ABOUT THIS TASK:
In the records that follow, find the line with "#113=ADVANCED_BREP_SHAPE_REPRESENTATION('',(#112),#12);"; from there, retype every line exactly through the line with "FreeCAD Python script", which also belongs to the answer.

GIVEN RECORDS:
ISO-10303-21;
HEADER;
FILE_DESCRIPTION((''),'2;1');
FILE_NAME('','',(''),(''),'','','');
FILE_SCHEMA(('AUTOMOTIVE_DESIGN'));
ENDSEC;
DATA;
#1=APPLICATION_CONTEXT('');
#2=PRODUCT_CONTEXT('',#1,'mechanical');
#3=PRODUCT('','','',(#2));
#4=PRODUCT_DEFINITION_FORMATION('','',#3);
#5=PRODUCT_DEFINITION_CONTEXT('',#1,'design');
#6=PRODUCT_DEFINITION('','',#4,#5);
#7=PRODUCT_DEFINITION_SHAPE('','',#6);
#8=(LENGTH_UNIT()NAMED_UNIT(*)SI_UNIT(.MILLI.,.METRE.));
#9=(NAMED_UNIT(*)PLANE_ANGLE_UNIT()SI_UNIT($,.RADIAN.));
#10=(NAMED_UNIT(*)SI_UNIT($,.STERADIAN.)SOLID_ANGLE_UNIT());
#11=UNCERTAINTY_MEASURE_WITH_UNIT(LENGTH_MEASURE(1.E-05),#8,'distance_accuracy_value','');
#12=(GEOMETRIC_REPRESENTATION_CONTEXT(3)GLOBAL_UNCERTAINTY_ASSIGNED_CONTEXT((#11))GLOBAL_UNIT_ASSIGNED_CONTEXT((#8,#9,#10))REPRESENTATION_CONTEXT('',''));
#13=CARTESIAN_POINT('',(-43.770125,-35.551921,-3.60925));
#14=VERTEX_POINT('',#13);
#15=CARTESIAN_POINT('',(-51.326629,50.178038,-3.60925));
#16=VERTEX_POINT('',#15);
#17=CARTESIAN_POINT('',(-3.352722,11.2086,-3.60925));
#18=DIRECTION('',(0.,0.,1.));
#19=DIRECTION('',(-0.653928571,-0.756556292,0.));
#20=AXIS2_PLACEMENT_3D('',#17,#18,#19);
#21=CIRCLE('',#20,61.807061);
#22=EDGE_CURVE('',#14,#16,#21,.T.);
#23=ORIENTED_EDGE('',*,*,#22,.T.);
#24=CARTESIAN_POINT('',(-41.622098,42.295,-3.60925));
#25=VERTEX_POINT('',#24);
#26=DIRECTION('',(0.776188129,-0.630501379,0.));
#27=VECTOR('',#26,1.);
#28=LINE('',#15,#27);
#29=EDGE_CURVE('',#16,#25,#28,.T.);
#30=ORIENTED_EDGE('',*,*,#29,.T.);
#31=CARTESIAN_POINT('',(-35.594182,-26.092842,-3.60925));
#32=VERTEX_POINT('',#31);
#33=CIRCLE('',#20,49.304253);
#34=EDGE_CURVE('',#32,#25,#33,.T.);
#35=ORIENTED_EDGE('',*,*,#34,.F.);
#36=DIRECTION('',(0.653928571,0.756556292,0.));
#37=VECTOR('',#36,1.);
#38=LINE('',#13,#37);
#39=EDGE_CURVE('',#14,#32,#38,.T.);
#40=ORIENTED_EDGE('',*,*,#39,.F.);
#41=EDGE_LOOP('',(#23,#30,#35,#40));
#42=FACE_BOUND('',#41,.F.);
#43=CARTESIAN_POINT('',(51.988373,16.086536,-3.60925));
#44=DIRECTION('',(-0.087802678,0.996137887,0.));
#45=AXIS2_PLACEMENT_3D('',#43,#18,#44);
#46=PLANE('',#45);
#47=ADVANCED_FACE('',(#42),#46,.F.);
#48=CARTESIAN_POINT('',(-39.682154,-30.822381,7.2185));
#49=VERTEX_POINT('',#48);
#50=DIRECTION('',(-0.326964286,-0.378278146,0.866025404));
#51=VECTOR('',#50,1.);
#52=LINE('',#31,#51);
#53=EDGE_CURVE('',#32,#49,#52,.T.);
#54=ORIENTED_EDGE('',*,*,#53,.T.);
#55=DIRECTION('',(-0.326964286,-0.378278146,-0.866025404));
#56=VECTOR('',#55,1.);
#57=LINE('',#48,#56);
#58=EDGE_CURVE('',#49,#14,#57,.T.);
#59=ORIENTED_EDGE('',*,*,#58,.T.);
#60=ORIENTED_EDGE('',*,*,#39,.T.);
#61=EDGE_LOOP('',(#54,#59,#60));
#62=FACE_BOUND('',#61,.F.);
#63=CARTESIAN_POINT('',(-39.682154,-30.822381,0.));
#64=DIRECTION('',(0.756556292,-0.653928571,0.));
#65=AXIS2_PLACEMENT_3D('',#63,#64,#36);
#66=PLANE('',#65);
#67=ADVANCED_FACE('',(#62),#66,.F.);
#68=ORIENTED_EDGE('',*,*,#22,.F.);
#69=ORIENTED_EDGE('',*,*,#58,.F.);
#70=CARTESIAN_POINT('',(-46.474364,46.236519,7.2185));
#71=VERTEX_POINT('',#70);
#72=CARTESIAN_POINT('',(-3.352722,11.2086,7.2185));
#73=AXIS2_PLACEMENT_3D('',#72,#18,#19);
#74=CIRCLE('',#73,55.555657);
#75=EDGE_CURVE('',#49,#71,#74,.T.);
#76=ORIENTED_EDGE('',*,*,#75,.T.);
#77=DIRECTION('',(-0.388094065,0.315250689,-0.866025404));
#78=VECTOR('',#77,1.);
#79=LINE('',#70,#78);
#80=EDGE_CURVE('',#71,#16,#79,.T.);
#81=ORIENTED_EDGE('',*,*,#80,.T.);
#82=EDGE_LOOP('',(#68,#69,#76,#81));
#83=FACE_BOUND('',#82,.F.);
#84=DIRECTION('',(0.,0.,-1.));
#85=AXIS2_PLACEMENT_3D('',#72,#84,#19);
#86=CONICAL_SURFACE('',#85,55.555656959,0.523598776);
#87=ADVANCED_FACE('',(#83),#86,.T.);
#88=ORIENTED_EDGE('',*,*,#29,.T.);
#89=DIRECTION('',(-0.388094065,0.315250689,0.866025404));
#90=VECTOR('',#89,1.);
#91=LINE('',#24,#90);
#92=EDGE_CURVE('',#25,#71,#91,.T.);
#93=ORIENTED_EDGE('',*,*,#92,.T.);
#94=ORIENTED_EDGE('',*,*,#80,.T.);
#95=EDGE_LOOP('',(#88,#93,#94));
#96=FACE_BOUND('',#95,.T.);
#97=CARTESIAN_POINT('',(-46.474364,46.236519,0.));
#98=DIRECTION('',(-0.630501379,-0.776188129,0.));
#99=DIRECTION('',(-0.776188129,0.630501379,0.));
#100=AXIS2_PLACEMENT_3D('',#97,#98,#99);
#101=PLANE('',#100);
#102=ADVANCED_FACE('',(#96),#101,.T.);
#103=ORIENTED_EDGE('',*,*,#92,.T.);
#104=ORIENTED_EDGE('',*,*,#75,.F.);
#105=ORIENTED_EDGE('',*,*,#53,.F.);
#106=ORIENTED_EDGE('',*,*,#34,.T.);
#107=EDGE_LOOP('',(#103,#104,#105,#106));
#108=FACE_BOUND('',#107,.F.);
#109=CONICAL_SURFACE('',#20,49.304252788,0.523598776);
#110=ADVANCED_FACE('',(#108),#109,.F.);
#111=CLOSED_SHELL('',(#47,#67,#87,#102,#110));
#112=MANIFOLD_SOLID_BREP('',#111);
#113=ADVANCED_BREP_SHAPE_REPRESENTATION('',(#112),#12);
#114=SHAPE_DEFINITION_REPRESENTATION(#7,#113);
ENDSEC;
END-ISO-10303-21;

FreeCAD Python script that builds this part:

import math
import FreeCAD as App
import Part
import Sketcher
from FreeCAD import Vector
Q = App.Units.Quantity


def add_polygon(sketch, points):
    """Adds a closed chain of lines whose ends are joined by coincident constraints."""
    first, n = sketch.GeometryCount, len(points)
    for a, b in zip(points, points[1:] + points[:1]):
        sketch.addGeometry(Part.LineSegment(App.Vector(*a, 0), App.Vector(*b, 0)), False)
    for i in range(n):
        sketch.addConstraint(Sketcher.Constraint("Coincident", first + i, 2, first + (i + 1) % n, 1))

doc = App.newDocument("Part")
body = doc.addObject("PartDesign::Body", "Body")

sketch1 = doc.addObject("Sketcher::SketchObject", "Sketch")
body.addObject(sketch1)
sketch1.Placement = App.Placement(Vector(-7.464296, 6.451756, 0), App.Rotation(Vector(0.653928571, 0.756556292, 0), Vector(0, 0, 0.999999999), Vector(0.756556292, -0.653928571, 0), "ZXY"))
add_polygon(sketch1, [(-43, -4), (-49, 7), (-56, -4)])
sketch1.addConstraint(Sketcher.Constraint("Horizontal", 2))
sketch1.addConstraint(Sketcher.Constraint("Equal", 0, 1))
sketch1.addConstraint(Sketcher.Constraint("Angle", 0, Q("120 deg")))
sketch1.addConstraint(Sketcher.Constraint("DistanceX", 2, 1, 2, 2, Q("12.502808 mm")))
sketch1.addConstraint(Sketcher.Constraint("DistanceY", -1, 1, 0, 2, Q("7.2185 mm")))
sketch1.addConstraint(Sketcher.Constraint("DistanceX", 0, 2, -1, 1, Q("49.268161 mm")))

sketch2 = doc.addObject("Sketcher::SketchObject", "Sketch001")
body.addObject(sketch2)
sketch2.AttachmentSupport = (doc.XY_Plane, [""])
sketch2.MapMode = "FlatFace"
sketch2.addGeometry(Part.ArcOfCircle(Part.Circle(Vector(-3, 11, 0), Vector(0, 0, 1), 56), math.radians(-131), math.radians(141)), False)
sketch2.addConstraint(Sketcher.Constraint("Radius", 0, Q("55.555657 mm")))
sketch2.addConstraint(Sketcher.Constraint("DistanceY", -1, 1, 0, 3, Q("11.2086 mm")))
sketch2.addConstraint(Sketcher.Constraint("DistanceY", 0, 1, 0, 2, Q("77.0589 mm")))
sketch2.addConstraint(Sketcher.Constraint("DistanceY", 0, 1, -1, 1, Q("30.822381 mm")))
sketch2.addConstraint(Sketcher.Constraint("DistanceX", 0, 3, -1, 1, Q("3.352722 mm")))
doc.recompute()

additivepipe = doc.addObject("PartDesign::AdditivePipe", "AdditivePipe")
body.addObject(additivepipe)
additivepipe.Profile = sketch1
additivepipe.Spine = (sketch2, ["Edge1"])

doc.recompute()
--
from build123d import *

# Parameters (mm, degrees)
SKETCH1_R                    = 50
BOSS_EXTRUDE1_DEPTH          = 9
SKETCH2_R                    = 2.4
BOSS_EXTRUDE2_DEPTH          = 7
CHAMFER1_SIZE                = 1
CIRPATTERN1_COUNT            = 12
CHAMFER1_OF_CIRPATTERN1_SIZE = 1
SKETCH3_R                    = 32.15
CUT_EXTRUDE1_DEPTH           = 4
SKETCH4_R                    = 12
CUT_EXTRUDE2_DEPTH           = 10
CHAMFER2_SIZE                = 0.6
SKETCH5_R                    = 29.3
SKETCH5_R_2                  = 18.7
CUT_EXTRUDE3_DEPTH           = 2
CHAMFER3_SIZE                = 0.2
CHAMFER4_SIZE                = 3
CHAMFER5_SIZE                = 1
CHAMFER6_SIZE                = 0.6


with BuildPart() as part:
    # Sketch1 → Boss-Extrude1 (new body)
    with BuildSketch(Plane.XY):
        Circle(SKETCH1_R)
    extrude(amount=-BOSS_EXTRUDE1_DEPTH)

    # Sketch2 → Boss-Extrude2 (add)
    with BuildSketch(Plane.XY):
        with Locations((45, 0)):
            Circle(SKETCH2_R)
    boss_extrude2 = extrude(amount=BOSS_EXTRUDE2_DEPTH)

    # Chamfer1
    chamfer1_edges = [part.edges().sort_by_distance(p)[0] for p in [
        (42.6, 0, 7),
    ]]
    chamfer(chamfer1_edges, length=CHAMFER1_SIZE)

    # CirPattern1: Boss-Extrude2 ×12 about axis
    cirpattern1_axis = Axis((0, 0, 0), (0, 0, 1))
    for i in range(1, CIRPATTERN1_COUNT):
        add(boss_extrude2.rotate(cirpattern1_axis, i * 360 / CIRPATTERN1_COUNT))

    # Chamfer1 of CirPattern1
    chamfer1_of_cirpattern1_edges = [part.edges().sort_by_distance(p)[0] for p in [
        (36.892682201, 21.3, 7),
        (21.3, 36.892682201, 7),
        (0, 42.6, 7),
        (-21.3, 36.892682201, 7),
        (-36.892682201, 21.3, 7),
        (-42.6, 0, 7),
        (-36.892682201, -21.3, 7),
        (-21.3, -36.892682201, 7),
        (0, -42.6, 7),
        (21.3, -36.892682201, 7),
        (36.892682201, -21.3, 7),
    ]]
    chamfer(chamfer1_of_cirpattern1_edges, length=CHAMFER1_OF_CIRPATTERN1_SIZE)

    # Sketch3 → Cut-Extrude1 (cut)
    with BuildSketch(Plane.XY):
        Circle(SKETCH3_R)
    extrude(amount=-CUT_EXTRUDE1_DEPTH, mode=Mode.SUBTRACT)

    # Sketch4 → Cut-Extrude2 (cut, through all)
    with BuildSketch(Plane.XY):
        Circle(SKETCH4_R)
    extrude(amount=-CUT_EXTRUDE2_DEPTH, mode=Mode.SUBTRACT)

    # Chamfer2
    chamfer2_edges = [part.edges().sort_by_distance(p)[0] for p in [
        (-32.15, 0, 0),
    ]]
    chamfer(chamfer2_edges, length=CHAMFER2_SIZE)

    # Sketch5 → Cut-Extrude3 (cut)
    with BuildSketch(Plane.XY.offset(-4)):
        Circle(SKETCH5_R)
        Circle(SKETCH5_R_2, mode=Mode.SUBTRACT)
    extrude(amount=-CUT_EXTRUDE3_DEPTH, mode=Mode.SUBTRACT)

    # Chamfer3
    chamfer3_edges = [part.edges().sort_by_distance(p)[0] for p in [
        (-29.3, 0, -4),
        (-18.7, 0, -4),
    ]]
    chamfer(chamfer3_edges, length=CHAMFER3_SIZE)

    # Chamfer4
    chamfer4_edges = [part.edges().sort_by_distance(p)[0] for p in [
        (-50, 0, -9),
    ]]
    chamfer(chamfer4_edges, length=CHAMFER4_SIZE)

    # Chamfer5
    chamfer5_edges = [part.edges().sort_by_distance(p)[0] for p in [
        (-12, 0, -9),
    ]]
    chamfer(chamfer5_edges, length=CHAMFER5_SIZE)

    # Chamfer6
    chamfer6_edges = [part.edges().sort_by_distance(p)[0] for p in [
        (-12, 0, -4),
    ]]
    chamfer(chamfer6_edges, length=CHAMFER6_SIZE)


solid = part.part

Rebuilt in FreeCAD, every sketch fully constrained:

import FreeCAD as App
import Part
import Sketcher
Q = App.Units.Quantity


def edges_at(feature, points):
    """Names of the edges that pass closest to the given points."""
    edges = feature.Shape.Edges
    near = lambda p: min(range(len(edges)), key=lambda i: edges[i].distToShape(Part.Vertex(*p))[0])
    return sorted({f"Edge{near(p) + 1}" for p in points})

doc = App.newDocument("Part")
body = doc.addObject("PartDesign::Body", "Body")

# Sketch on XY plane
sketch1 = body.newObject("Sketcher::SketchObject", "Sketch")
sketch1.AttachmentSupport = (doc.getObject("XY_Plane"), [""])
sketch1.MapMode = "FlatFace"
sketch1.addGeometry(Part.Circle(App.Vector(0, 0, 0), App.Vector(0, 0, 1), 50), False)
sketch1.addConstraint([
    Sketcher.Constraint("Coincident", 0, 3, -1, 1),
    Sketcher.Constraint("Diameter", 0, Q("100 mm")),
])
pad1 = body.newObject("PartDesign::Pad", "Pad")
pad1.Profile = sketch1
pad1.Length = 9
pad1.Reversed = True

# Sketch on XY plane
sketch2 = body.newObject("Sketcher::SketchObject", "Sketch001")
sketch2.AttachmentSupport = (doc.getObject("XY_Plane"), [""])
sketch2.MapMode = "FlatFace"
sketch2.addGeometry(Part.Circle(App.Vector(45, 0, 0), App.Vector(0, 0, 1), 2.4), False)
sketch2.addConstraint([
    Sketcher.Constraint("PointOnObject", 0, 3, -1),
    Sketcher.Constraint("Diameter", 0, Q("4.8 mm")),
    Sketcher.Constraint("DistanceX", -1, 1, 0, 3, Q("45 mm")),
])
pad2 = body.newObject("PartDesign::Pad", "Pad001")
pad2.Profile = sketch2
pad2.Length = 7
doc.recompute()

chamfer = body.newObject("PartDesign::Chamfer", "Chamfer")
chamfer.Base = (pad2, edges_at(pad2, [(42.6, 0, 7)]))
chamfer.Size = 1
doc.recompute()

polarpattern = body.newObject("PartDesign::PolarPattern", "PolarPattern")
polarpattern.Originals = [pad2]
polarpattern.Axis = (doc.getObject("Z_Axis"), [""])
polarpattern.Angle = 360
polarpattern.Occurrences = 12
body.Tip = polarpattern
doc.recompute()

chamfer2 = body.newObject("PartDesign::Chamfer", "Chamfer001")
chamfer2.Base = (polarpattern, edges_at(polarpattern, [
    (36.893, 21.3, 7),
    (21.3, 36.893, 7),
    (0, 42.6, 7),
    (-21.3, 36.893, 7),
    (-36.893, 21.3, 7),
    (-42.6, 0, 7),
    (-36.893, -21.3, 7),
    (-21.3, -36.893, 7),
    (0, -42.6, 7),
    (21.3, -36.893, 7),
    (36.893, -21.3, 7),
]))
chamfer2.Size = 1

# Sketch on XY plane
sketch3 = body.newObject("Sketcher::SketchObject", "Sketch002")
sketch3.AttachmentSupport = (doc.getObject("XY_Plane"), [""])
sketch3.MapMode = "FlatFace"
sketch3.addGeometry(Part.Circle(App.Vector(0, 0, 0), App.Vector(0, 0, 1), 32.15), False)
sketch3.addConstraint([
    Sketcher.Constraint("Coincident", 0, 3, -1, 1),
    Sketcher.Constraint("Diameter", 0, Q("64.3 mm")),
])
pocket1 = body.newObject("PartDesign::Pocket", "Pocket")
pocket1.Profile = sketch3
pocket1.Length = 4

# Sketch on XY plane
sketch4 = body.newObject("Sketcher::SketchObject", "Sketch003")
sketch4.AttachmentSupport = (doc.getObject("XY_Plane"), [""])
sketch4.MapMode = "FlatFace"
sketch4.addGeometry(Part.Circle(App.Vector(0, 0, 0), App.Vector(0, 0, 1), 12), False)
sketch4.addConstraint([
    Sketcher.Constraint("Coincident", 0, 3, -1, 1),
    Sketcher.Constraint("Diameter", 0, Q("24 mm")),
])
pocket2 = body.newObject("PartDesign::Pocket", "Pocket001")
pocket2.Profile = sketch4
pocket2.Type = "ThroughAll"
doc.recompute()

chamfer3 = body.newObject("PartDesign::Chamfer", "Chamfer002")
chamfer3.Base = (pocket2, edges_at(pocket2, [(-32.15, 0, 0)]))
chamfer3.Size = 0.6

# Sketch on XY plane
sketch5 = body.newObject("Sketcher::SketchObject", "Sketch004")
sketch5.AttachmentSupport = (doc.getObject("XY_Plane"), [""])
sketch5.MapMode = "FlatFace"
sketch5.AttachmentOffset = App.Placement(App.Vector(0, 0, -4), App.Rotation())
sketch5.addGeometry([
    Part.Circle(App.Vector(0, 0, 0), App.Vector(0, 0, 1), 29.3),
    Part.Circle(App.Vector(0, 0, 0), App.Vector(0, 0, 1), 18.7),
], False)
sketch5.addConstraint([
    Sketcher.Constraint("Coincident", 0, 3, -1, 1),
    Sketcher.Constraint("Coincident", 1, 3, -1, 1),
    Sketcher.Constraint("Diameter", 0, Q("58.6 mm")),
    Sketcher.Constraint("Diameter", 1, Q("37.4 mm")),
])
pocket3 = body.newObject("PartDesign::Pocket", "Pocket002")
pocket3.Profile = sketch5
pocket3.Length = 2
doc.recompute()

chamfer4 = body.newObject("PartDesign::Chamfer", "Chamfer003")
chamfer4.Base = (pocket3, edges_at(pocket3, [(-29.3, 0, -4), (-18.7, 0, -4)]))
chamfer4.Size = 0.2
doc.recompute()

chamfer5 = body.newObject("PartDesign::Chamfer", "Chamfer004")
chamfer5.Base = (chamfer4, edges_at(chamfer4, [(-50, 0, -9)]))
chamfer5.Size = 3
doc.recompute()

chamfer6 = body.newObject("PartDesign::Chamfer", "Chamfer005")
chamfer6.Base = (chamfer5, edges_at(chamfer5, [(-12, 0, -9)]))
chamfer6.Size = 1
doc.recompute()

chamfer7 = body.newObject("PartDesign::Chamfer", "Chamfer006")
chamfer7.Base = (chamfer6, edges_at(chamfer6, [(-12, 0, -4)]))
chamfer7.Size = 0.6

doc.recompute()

ANSWER TO THE PROBLEM:
#113=ADVANCED_BREP_SHAPE_REPRESENTATION('',(#112),#12);
#114=SHAPE_DEFINITION_REPRESENTATION(#7,#113);
ENDSEC;
END-ISO-10303-21;

FreeCAD Python script that builds this part:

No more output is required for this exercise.